Ein US-Militärjet startet Richtung Irak: US-Bürger gefährdet. Bild: Hasan Jamali/AP/KEYSTONE

Kampf gegen IS

US-Militär weitet Luftschläge im Irak aus

Die USA haben im Irak eine Offensive gegen die Miliz «Islamischer Staat» gestartet. Die Obama-Regierung sieht auch US-Bürger von den Extremisten gefährdet. Das irakische Militär warnte indes vor nicht autorisierten Waffenlieferungen. 

Ein Artikel von

Spiegel Online

Das US-amerikanische Militär hat seinen Kampf gegen die Terrorgruppe «Islamischer Staat» (IS) im Nordirak verstärkt. Wie die Regierung von Präsident Barack Obama in Washington mitteilte, weitete die Armee die Luftschläge gegen IS-Stellungen aus. Die neue Offensive solle aber in Dauer und Ausmass begrenzt sein, hiess es. 

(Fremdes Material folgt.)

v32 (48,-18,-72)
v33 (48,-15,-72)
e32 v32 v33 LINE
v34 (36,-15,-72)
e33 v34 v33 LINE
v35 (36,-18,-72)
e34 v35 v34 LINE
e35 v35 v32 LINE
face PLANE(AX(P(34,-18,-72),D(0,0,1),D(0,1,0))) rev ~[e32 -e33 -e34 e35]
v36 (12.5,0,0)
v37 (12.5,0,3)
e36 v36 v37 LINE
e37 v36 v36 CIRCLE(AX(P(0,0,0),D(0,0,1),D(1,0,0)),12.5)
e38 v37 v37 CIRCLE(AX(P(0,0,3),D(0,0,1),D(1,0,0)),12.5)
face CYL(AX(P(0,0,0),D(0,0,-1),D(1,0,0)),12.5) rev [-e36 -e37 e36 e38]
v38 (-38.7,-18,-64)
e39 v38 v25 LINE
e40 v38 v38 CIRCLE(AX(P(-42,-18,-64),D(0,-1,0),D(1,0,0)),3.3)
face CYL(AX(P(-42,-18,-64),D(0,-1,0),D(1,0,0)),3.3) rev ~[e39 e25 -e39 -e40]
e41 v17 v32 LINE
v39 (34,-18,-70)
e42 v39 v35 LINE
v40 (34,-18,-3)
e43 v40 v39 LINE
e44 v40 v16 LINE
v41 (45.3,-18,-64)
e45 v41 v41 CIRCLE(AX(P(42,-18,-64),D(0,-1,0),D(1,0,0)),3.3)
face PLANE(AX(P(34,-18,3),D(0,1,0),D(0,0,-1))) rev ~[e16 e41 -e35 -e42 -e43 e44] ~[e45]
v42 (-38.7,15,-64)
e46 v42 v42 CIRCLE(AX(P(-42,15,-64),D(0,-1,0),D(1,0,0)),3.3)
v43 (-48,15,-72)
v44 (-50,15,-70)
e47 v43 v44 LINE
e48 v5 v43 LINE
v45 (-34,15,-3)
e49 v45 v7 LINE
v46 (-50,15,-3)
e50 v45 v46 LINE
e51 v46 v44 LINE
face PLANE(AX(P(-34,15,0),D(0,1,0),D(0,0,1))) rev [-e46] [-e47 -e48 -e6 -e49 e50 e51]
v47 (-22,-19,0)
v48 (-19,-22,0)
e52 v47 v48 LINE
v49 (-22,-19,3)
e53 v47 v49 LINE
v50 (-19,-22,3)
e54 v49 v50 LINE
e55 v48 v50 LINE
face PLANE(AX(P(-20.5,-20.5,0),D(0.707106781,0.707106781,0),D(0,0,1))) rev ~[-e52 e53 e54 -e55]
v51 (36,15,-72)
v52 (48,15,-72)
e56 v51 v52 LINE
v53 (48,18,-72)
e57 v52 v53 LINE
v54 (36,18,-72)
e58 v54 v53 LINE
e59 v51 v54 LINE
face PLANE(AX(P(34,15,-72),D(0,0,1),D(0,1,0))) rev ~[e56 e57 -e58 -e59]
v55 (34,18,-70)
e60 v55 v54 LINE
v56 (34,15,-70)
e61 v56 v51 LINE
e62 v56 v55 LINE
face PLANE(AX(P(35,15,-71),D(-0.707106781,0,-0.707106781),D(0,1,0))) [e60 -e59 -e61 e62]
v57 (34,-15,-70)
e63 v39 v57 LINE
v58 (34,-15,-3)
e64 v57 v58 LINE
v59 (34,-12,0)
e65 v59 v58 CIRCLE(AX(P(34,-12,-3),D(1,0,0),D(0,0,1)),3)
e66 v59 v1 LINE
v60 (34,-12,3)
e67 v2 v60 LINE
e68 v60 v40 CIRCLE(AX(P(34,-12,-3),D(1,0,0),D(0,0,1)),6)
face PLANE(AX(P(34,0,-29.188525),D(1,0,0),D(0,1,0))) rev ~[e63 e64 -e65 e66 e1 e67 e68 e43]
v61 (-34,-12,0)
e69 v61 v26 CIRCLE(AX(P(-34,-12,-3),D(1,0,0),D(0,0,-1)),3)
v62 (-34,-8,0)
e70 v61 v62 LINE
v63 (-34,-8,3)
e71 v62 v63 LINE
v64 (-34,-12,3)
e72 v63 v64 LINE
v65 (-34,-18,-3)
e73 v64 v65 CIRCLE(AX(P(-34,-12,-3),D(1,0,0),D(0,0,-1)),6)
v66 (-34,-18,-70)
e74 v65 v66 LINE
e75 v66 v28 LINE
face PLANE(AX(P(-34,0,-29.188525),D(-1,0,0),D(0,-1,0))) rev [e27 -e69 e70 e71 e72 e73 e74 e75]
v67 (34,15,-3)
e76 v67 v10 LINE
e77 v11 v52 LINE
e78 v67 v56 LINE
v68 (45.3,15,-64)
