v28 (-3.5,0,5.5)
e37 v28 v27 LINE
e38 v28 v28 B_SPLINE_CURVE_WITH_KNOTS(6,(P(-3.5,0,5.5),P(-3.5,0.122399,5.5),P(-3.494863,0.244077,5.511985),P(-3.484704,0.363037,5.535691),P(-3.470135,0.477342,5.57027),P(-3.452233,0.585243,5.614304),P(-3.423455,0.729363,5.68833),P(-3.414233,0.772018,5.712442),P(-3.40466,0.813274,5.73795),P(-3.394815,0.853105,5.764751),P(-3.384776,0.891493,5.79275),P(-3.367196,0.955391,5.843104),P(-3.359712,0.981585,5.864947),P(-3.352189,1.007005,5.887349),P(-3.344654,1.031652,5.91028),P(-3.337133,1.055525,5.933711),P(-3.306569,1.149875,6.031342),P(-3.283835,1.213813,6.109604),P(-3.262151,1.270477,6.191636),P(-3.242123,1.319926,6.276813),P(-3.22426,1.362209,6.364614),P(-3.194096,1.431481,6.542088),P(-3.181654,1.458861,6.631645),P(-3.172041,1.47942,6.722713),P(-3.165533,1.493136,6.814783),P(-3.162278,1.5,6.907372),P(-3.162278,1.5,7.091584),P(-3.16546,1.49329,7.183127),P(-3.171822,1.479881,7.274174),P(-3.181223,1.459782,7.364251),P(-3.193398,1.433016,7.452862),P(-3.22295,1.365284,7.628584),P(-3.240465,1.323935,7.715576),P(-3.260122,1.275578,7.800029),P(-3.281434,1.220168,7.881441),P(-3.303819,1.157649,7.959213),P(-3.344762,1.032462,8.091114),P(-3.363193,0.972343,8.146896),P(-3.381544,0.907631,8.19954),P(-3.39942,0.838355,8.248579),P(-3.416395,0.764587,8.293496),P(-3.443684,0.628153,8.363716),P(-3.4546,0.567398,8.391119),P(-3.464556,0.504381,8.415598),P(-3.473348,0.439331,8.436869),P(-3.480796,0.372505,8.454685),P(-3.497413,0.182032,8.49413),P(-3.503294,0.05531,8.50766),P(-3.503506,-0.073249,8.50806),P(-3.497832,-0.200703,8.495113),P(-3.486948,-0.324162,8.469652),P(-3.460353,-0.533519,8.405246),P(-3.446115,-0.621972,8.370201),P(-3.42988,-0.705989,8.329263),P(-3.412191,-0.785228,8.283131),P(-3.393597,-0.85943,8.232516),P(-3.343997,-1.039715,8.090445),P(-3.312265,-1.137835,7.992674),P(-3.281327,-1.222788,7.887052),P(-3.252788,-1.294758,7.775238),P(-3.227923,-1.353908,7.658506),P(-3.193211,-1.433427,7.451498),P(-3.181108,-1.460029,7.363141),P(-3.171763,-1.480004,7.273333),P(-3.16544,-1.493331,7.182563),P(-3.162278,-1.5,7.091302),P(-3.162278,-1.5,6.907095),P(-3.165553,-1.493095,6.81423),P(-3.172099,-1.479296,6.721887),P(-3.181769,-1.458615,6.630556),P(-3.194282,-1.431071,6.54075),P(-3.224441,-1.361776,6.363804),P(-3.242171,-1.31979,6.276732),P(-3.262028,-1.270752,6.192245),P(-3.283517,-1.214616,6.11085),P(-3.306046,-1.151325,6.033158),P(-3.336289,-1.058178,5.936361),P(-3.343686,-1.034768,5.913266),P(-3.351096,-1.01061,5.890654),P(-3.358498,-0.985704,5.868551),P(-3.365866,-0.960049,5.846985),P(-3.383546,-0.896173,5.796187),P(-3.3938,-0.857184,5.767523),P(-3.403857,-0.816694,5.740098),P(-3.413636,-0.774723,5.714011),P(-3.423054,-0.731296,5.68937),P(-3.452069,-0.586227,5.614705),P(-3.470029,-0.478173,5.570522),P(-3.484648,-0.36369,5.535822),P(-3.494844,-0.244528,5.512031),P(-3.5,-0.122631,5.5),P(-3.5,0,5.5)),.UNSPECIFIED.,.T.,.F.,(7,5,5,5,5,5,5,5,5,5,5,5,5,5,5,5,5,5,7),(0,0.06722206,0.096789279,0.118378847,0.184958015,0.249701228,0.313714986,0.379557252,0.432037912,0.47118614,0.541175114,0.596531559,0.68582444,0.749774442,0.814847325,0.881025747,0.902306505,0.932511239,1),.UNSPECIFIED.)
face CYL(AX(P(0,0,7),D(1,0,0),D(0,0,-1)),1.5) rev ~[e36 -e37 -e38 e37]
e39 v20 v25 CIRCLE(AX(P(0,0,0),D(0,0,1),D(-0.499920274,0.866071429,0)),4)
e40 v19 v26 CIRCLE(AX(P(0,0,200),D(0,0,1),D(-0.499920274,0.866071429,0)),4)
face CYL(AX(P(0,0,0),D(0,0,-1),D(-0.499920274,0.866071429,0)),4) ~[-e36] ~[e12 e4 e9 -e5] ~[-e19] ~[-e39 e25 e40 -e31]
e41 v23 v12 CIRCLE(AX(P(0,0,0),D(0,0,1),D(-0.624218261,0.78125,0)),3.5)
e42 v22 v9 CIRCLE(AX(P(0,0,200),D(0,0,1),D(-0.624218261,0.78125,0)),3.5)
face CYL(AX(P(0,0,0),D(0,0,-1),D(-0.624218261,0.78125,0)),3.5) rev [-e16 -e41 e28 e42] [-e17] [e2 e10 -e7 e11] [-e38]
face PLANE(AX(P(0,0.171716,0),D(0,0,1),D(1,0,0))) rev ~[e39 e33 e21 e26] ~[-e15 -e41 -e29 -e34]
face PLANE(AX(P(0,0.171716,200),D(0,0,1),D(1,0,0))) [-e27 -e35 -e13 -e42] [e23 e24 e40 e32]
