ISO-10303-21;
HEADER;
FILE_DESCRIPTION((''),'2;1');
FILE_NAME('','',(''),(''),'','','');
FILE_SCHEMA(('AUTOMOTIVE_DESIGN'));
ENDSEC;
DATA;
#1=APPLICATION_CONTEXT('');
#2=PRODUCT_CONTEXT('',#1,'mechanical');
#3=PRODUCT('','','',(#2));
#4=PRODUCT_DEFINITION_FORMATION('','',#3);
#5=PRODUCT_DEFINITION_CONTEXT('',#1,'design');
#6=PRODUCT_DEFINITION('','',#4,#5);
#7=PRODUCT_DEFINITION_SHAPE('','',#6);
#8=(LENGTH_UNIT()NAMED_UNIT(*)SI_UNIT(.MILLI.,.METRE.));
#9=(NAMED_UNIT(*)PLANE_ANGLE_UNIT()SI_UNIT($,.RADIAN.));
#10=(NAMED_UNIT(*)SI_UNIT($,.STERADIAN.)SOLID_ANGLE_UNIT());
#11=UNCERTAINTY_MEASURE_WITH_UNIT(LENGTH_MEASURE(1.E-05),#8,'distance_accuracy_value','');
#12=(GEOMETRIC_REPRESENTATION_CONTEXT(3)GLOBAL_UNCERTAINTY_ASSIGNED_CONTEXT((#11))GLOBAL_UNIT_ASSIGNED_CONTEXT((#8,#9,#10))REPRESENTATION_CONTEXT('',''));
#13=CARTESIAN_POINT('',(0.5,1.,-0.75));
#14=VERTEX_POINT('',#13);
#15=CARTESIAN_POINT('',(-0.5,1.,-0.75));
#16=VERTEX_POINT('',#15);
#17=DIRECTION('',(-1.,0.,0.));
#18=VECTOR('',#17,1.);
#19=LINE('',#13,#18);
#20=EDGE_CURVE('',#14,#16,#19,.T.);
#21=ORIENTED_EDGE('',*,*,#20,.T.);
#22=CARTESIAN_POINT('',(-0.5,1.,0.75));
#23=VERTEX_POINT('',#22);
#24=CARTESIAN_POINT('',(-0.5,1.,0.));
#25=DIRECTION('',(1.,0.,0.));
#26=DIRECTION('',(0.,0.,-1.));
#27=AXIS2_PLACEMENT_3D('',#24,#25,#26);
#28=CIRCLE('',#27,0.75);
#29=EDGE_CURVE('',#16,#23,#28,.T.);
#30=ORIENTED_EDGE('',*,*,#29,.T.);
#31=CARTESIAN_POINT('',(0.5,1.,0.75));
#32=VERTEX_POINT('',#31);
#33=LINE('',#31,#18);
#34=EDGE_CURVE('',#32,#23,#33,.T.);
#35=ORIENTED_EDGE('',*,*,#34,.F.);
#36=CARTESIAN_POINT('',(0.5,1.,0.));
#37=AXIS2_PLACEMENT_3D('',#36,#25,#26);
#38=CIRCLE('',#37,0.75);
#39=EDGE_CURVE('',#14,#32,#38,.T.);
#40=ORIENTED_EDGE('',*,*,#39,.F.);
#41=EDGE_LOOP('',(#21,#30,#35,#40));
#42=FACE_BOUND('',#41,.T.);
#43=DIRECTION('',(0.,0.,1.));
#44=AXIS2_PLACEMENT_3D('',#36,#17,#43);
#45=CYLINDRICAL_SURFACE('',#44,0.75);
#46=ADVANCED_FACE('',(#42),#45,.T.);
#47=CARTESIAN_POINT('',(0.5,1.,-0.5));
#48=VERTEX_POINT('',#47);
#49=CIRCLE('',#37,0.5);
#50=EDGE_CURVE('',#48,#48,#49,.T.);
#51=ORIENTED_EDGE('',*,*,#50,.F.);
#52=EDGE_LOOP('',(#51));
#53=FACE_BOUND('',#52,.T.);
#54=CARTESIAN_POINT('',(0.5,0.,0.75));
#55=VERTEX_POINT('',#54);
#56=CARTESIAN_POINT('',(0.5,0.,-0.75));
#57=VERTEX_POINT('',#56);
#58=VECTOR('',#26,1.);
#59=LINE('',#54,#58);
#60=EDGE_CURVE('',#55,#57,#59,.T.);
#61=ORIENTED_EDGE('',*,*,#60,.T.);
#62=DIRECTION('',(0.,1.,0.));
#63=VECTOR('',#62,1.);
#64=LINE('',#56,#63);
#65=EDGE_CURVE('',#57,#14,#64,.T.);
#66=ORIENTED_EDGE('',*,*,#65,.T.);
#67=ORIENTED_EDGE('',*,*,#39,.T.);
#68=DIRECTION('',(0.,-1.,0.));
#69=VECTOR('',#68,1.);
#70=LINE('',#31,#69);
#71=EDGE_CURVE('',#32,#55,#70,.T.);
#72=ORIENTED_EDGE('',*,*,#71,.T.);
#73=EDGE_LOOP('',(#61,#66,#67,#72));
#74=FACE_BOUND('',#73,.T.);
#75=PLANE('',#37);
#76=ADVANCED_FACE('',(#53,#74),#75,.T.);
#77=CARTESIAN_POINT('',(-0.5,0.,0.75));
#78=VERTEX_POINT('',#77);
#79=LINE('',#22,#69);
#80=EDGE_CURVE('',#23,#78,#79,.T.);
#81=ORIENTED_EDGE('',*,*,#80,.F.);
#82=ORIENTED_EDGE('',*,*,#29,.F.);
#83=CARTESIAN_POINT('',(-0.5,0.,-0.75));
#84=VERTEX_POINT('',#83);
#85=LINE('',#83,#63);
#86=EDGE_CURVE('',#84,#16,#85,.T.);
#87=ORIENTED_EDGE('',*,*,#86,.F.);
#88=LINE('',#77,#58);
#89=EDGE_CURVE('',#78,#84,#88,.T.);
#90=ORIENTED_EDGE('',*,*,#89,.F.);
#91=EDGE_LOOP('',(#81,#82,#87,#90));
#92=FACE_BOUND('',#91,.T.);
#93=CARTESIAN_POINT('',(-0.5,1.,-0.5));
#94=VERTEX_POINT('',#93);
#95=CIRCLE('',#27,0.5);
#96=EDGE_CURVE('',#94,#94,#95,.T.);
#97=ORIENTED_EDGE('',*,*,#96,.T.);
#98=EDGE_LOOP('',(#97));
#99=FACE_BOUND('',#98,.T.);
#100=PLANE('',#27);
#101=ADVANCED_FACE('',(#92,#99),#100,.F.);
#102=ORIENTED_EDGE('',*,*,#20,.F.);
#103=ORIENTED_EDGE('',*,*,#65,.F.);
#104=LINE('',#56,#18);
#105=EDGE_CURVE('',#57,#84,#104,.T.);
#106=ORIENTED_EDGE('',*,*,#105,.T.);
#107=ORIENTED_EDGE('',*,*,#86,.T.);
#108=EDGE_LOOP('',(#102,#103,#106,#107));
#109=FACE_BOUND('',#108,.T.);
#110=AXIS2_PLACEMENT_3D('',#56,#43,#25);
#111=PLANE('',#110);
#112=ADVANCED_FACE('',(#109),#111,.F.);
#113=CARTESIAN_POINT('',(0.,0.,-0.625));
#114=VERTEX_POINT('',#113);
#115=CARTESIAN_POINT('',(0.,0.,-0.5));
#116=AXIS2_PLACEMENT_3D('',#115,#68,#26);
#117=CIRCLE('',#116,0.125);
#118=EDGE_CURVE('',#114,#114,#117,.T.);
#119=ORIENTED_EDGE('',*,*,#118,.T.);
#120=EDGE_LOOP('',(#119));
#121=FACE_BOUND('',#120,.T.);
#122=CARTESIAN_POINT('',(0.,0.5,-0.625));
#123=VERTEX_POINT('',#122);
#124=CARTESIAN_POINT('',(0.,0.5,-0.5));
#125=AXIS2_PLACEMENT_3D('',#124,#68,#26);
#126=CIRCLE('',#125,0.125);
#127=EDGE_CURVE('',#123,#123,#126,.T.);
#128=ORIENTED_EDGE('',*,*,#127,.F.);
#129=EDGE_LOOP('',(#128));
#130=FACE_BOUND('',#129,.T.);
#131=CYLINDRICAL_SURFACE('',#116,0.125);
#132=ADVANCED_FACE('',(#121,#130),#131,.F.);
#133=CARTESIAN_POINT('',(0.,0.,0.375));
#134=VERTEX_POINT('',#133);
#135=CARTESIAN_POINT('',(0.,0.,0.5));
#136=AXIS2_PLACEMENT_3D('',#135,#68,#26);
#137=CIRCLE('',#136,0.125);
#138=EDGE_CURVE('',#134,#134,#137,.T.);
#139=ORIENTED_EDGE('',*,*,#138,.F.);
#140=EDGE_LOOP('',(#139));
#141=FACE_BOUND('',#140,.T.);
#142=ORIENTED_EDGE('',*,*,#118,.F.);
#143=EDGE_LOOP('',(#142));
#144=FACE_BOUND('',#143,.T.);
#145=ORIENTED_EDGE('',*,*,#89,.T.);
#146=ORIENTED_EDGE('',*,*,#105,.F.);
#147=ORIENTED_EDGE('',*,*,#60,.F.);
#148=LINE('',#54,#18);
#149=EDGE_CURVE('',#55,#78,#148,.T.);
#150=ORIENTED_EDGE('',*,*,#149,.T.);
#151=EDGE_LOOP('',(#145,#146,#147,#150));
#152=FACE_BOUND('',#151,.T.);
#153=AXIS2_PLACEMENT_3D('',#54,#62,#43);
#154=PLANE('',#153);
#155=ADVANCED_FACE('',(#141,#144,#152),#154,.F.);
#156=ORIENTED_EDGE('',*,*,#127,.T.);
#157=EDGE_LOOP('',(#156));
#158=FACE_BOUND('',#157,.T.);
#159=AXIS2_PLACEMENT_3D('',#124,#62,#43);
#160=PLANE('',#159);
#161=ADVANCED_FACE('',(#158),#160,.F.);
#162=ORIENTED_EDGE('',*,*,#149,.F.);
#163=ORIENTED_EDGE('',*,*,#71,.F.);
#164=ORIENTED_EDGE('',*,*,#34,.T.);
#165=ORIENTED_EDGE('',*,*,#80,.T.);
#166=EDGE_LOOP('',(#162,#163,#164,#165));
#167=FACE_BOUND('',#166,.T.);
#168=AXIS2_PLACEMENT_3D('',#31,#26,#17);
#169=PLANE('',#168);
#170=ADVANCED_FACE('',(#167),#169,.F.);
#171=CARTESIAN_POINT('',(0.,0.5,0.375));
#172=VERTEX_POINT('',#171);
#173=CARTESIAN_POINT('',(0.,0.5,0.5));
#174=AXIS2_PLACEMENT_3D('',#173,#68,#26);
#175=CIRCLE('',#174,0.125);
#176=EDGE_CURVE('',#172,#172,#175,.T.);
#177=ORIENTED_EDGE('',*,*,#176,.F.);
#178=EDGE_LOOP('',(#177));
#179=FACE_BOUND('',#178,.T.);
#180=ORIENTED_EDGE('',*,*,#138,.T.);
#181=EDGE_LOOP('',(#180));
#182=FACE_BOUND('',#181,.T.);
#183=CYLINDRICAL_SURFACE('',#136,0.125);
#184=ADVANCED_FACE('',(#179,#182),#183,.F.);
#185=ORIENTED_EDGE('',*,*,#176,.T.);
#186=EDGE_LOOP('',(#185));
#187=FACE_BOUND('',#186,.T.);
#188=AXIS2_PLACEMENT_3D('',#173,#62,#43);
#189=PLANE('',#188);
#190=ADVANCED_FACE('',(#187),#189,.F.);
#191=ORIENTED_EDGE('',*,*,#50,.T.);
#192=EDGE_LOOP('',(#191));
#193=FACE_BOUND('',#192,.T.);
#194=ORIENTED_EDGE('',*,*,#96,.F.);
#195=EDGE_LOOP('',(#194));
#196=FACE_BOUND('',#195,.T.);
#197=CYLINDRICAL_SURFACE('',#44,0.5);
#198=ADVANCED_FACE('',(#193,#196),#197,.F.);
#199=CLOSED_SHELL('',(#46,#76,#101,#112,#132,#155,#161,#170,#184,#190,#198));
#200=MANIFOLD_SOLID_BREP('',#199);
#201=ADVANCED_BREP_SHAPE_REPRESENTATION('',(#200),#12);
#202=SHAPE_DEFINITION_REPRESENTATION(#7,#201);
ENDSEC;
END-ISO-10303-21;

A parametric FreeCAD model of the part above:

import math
import FreeCAD as App
import Part
import Sketcher

V = App.Vector
Q = App.Units.Quantity

doc = App.newDocument("Part")
params = doc.addObject("Spreadsheet::Sheet", "Params")
for row, (alias, value) in enumerate([
    ("sketch1_diameter", "1 mm"),
    ("sketch1_width", "1 mm"),
    ("sketch1_radius", "0.75 mm"),
    ("pad1_length", "1 mm"),
    ("sketch2_diameter", "0.25 mm"),
    ("hole_diameter", "0.25 mm"),
    ("hole_depth", "0.5 mm"),
], start=1):
    params.set(f"A{row}", alias)
    params.set(f"B{row}", "=" + value)
    params.setAlias(f"B{row}", alias)

body = doc.addObject("PartDesign::Body", "Body")

# Sketch on YZ plane
sketch1 = doc.addObject("Sketcher::SketchObject", "Sketch")
body.addObject(sketch1)
sketch1.AttachmentSupport = (doc.YZ_Plane, [""])
sketch1.MapMode = "FlatFace"
sketch1.addGeometry(Part.LineSegment(V(1, 0.8, 0), V(0, 0.8, 0)), False)
sketch1.addGeometry(Part.LineSegment(V(0, 0.8, 0), V(0, -0.8, 0)), False)
sketch1.addGeometry(Part.LineSegment(V(0, -0.8, 0), V(1, -0.8, 0)), False)
sketch1.addGeometry(Part.ArcOfCircle(Part.Circle(V(1, 0, 0), V(0, 0, 1), 0.8), math.radians(-90), math.radians(90)), False)
sketch1.addGeometry(Part.Circle(V(1, 0, 0), V(0, 0, 1), 0.5), False)
sketch1.addConstraint(Sketcher.Constraint("Coincident", 0, 2, 1, 1))
sketch1.addConstraint(Sketcher.Constraint("Coincident", 1, 2, 2, 1))
sketch1.addConstraint(Sketcher.Constraint("Tangent", 2, 2, 3, 1))
sketch1.addConstraint(Sketcher.Constraint("Tangent", 3, 2, 0, 1))
sketch1.addConstraint(Sketcher.Constraint("Horizontal", 0))
sketch1.addConstraint(Sketcher.Constraint("Vertical", 1))
sketch1.addConstraint(Sketcher.Constraint("Horizontal", 2))
sketch1.addConstraint(Sketcher.Constraint("Coincident", 4, 3, 3, 3))
sketch1.addConstraint(Sketcher.Constraint("Symmetric", 0, 2, 1, 2, -1, 1))
sketch1.addConstraint(Sketcher.Constraint("Diameter", 4, Q("1 mm")))
sketch1.addConstraint(Sketcher.Constraint("DistanceX", 0, 2, 0, 1, Q("1 mm")))
sketch1.addConstraint(Sketcher.Constraint("Radius", 3, Q("0.75 mm")))
sketch1.setExpression("Constraints[9]", "Params.sketch1_diameter")
sketch1.setExpression("Constraints[10]", "Params.sketch1_width")
sketch1.setExpression("Constraints[11]", "Params.sketch1_radius")
pad1 = doc.addObject("PartDesign::Pad", "Pad")
body.addObject(pad1)
pad1.Profile = sketch1
pad1.setExpression("Length", "Params.pad1_length")
pad1.Midplane = True

# Sketch on XZ plane
sketch2 = doc.addObject("Sketcher::SketchObject", "Sketch001")
body.addObject(sketch2)
sketch2.AttachmentSupport = (doc.XZ_Plane, [""])
sketch2.MapMode = "FlatFace"
sketch2.addGeometry(Part.Circle(V(0, 0.5, 0), V(0, 0, 1), 0.12), False)
sketch2.addGeometry(Part.Circle(V(0, -0.5, 0), V(0, 0, 1), 0.12), False)
sketch2.addConstraint(Sketcher.Constraint("Equal", 0, 1))
sketch2.addConstraint(Sketcher.Constraint("Symmetric", 0, 3, 1, 3, -1, 1))
sketch2.addConstraint(Sketcher.Constraint("PointOnObject", 0, 3, -2))
sketch2.addConstraint(Sketcher.Constraint("Diameter", 0, Q("0.25 mm")))
sketch2.addConstraint(Sketcher.Constraint("DistanceY", 1, 3, 0, 3, Q("1 mm")))
sketch2.setExpression("Constraints[3]", "Params.sketch2_diameter")
doc.recompute()
hole = doc.addObject("PartDesign::Hole", "Hole")
body.addObject(hole)
hole.Profile = sketch2
hole.ThreadType = "None"
hole.setExpression("Diameter", "Params.hole_diameter")
hole.DepthType = "Dimension"
hole.setExpression("Depth", "Params.hole_depth")
hole.DrillPoint = "Flat"

doc.recompute()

Anlass der neuen Luftschläge waren vor allem die Kämpfe um den strategisch wichtigen Staudamm bei Mossul. Mit Unterstützung des US-Militärs hat die kurdische Peschmerga-Armee den Damm inzwischen offenbar wieder unter ihre Kontrolle gebracht. Berichten zufolge halten die Peschmerga nun an 80 Prozent des Gebiets die Stellung, während die IS-Miliz grosse Verluste erlitten haben soll. 

Die amerikanische Offensive habe zudem zum Ziel, US-Personal und Einrichtungen im Irak zu schützen. Verliere man die Kontrolle über den Mossul-Damm, sei auch die Sicherheit von US-Bürgern wie etwa in der Botschaft in Bagdad in Gefahr, teilte die Obama-Regierung in einem Schreiben an den Kongress mit. Die verstärkten Luftschläge seien zudem von der irakischen Regierung angefordert worden, hiess es. (kes/AP)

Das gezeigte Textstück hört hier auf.